Facebook – General – and Cafelit (Getting Lost)
Glad to say my latest flash fiction piece, Getting Lost, is now up on Cafelit. Hope you enjoy. If you’ve ever had a sat nav give you “strange” directions, this is a story for you!
Facebook – General
If you want to help the writer in your life, please do review their books on Amazon, Goodreads etc. The lovely thing with this is that the review doesn’t have to be a long one – the crucial thing is it has to be honest! The numbers of reviews build up over time and really do help an author’s profile.
One great thing a writer can do is review other books and across a wide range of writing tastes. I must admit I tend to have a “glut” of reviewing and then write none for a while. Not deliberate on my part. I just need to be a bit better organised on that front! The reason why this is so useful is by bringing a book into the publishing world you are joining the industry and it makes so much sense to support that industry by buying other books and reviewing them!
Present buying for writers? Well, you can never go wrong with nice notebooks and pens or book tokens/gift cards. Getting that one in a tad early for Christmas I know, but hey writers have birthdays too!
Facebook – From Light to Dark and Back Again
There will be a new flash fiction piece from me up on Cafelit tomorrow (sometime during the early evening onwards) called Getting Lost. Must try and enter more flash fiction competitions this year too.
I tend to draft promising first lines and then draft stories to fit them (often when on train journeys). It definitely beats doing the crossword by a very long margin! Often that promising first line sparks ideas for the title of the piece too.
How do I decide whether a story will be a drabble at 100 words or a longer one? Basically when I know I cannot edit the piece any more without it losing something that contributes to the characters or the overall story. I then leave the piece be and whatever the word count is remains the word count! Often this will be at 100 words or under but sometimes a piece really does work better as a 250-300 worder. This is where reading a piece out loud can show you how well the whole thing “flows” and if it “flows” well, that is when it is time to drop the editing pen.
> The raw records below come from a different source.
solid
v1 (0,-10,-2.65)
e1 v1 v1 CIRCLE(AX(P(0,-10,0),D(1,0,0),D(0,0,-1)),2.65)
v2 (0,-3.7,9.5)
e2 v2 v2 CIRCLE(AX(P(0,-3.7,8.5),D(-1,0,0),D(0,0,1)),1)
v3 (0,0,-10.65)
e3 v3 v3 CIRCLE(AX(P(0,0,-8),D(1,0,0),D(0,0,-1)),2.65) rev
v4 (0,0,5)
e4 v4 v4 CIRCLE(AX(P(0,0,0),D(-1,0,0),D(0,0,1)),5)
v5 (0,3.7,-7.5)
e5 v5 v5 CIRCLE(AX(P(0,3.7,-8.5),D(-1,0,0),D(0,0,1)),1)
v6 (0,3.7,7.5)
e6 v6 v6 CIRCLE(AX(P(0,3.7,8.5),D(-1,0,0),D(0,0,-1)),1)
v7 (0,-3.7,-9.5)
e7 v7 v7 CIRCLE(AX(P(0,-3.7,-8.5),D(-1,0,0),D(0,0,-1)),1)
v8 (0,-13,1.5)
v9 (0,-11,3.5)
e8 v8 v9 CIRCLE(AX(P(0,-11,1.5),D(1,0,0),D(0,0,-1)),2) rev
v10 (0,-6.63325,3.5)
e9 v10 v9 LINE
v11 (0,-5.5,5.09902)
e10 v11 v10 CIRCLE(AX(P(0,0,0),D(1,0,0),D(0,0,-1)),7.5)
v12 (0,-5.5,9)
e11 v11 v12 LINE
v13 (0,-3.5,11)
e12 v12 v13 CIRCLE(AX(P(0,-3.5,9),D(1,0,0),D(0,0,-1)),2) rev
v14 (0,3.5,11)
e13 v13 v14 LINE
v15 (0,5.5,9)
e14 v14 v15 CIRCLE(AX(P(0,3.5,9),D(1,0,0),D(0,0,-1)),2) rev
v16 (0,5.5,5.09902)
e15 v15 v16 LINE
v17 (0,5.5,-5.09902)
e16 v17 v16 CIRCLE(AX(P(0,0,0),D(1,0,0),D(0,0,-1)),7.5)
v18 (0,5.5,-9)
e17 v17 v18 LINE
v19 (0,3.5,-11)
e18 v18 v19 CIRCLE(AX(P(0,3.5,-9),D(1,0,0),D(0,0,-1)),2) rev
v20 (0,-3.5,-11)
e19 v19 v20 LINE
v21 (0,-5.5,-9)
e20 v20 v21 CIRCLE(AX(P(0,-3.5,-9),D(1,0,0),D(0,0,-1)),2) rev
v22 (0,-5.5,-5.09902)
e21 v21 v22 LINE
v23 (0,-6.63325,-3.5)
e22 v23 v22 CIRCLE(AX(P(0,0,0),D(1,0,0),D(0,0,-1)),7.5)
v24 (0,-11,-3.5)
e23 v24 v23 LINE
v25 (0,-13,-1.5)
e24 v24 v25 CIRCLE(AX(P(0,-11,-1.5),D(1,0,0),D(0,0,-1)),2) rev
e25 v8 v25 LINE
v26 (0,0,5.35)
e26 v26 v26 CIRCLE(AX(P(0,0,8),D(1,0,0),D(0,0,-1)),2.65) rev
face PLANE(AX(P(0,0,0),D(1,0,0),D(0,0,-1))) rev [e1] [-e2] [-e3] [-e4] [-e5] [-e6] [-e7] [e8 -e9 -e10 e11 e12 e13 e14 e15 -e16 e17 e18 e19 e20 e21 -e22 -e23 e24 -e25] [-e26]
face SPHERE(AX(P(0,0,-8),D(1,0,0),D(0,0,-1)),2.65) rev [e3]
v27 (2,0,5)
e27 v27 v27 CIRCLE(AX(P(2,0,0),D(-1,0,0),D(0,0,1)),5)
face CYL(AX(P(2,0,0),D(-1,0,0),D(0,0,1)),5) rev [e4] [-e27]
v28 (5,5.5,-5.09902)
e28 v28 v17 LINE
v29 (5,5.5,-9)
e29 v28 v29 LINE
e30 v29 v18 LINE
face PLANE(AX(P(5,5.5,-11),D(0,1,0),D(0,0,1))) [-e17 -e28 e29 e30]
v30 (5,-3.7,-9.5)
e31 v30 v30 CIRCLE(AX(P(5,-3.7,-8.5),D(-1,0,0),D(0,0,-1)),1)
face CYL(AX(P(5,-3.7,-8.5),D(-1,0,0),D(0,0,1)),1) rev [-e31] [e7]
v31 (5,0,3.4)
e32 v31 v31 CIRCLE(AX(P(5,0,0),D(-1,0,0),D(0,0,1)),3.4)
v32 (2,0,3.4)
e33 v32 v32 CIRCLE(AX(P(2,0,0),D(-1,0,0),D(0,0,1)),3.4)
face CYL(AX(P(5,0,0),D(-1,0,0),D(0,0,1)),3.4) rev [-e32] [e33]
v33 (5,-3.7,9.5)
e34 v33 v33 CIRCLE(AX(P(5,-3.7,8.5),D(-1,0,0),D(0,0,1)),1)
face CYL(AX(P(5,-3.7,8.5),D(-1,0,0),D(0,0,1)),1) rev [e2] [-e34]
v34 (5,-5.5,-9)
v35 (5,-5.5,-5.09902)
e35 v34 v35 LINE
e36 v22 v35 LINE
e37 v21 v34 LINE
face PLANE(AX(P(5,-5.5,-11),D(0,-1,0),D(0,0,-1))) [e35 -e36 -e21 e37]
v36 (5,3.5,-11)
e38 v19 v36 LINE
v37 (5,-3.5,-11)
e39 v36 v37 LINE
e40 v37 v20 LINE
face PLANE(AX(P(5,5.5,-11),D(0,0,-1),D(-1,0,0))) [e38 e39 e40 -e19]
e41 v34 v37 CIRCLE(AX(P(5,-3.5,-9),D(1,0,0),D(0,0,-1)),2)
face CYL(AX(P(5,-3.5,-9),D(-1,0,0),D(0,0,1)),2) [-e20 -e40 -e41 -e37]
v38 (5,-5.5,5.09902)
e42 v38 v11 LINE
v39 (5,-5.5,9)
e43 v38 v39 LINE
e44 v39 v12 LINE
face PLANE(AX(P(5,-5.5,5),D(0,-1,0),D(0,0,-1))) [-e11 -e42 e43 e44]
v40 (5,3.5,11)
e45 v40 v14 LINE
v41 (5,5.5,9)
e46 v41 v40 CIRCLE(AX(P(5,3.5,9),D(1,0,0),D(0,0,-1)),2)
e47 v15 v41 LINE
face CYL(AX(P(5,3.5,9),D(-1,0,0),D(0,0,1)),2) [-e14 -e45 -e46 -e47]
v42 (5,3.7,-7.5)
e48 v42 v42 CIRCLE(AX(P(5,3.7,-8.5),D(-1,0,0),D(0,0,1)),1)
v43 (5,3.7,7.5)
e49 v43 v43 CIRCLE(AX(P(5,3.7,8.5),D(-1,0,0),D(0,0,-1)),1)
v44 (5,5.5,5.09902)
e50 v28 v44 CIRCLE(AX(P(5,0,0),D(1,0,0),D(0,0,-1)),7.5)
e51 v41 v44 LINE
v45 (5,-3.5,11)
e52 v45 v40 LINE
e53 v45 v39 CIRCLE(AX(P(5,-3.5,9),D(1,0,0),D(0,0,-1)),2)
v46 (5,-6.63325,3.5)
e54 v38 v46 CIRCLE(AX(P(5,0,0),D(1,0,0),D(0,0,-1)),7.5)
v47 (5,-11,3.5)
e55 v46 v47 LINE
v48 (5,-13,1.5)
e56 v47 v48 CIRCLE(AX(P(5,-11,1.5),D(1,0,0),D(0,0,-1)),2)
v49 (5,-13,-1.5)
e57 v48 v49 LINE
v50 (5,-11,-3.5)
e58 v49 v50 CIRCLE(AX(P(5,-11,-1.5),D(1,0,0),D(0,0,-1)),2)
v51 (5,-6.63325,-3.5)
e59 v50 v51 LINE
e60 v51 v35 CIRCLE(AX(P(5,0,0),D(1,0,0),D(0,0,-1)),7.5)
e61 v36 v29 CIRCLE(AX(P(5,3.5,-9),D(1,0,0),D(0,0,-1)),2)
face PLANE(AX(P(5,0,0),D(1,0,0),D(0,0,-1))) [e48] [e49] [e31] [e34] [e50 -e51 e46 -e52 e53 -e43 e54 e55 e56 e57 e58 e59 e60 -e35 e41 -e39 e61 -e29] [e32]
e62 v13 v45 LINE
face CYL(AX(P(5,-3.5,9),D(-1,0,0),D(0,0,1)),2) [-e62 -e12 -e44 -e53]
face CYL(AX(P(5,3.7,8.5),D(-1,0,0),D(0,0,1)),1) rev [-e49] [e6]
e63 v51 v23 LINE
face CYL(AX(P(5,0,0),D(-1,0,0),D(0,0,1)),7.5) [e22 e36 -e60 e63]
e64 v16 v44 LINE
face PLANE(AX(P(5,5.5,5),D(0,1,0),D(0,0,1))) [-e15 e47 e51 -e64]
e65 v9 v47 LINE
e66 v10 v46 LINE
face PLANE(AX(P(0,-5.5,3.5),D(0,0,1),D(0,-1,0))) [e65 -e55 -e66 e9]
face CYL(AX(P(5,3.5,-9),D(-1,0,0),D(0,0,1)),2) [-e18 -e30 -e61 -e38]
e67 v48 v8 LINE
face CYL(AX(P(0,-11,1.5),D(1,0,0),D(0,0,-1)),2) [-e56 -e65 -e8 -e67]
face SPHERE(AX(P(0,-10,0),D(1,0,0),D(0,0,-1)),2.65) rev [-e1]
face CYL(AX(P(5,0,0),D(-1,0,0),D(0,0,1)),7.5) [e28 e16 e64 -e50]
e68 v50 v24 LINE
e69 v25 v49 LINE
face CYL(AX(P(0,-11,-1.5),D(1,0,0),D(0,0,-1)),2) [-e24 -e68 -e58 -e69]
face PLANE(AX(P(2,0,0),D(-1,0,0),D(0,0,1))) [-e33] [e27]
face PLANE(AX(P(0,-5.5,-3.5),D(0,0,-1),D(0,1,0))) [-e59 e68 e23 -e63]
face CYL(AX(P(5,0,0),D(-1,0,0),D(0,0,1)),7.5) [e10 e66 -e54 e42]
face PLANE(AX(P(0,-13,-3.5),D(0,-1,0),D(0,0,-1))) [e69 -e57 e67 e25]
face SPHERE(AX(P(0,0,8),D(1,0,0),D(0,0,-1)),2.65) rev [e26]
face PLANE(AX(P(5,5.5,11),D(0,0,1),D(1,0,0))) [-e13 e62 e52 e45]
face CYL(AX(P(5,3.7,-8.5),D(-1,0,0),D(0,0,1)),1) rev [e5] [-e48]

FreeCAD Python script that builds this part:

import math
import FreeCAD as App
import Part
import Sketcher
Q = App.Units.Quantity


def edges_at(feature, points):
    """Names of the edges that pass closest to the given points."""
    edges = feature.Shape.Edges
    near = lambda p: min(range(len(edges)), key=lambda i: edges[i].distToShape(Part.Vertex(*p))[0])
    return sorted({f"Edge{near(p) + 1}" for p in points})

doc = App.newDocument("Part")
body = doc.addObject("PartDesign::Body", "Body")

# Sketch on YZ plane
sketch1 = doc.addObject("Sketcher::SketchObject", "Sketch")
body.addObject(sketch1)
sketch1.AttachmentSupport = (doc.YZ_Plane, [""])
sketch1.MapMode = "FlatFace"
sketch1.addGeometry(Part.Circle(App.Vector(0, 0, 0), App.Vector(0, 0, 1), 8), False)
sketch1.addConstraint([
    Sketcher.Constraint("Coincident", 0, 3, -1, 1),
    Sketcher.Constraint("Diameter", 0, Q("15 mm")),
])
pad1 = doc.addObject("PartDesign::Pad", "Pad")
body.addObject(pad1)
pad1.Profile = sketch1
pad1.Length = 5

# Sketch on YZ plane
sketch2 = doc.addObject("Sketcher::SketchObject", "Sketch001")
body.addObject(sketch2)
sketch2.AttachmentSupport = (doc.YZ_Plane, [""])
sketch2.MapMode = "FlatFace"
sketch2.addGeometry(Part.Circle(App.Vector(0, 0, 0), App.Vector(0, 0, 1), 5), False)
sketch2.addConstraint([
    Sketcher.Constraint("Coincident", 0, 3, -1, 1),
    Sketcher.Constraint("Diameter", 0, Q("10 mm")),
])
pocket1 = doc.addObject("PartDesign::Pocket", "Pocket")
body.addObject(pocket1)
pocket1.Profile = sketch2
pocket1.Length = 2
pocket1.Reversed = True

# Sketch on YZ plane
sketch3 = doc.addObject("Sketcher::SketchObject", "Sketch002")
body.addObject(sketch3)
sketch3.AttachmentSupport = (doc.YZ_Plane, [""])
sketch3.MapMode = "FlatFace"
sketch3.AttachmentOffset = App.Placement(App.Vector(0, 0, 2), App.Rotation())
sketch3.addGeometry(Part.Circle(App.Vector(0, 0, 0), App.Vector(0, 0, 1), 3.4), False)
sketch3.addConstraint([
    Sketcher.Constraint("Coincident", 0, 3, -1, 1),
    Sketcher.Constraint("Diameter", 0, Q("6.8 mm")),
])
pocket2 = doc.addObject("PartDesign::Pocket", "Pocket001")
body.addObject(pocket2)
pocket2.Profile = sketch3
pocket2.Type = "ThroughAll"
pocket2.Reversed = True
Facebook – From Light to Dark and Back Again
One of the great joys of reading flash fiction is picking up on the clues the writer gives you. I normally have to read a story twice to pick up everything (I was like this when watching things like Columbo too – this DOES say something about me!).
You can learn a lot about story construction when reading a piece through more than once. This, of course, is one great joy about writing flash fiction. You pick up things like story construction to help inspire and improve your own work and are looking for things a reader simply wouldn’t.
One difficulty with flash can be working out where to end it. It must not seem like a big bit of prose cut abruptly short. This is where I love the twist ending as it overcomes that. The twist clearly is the ending with no room for anything else afterwards. Problem solved!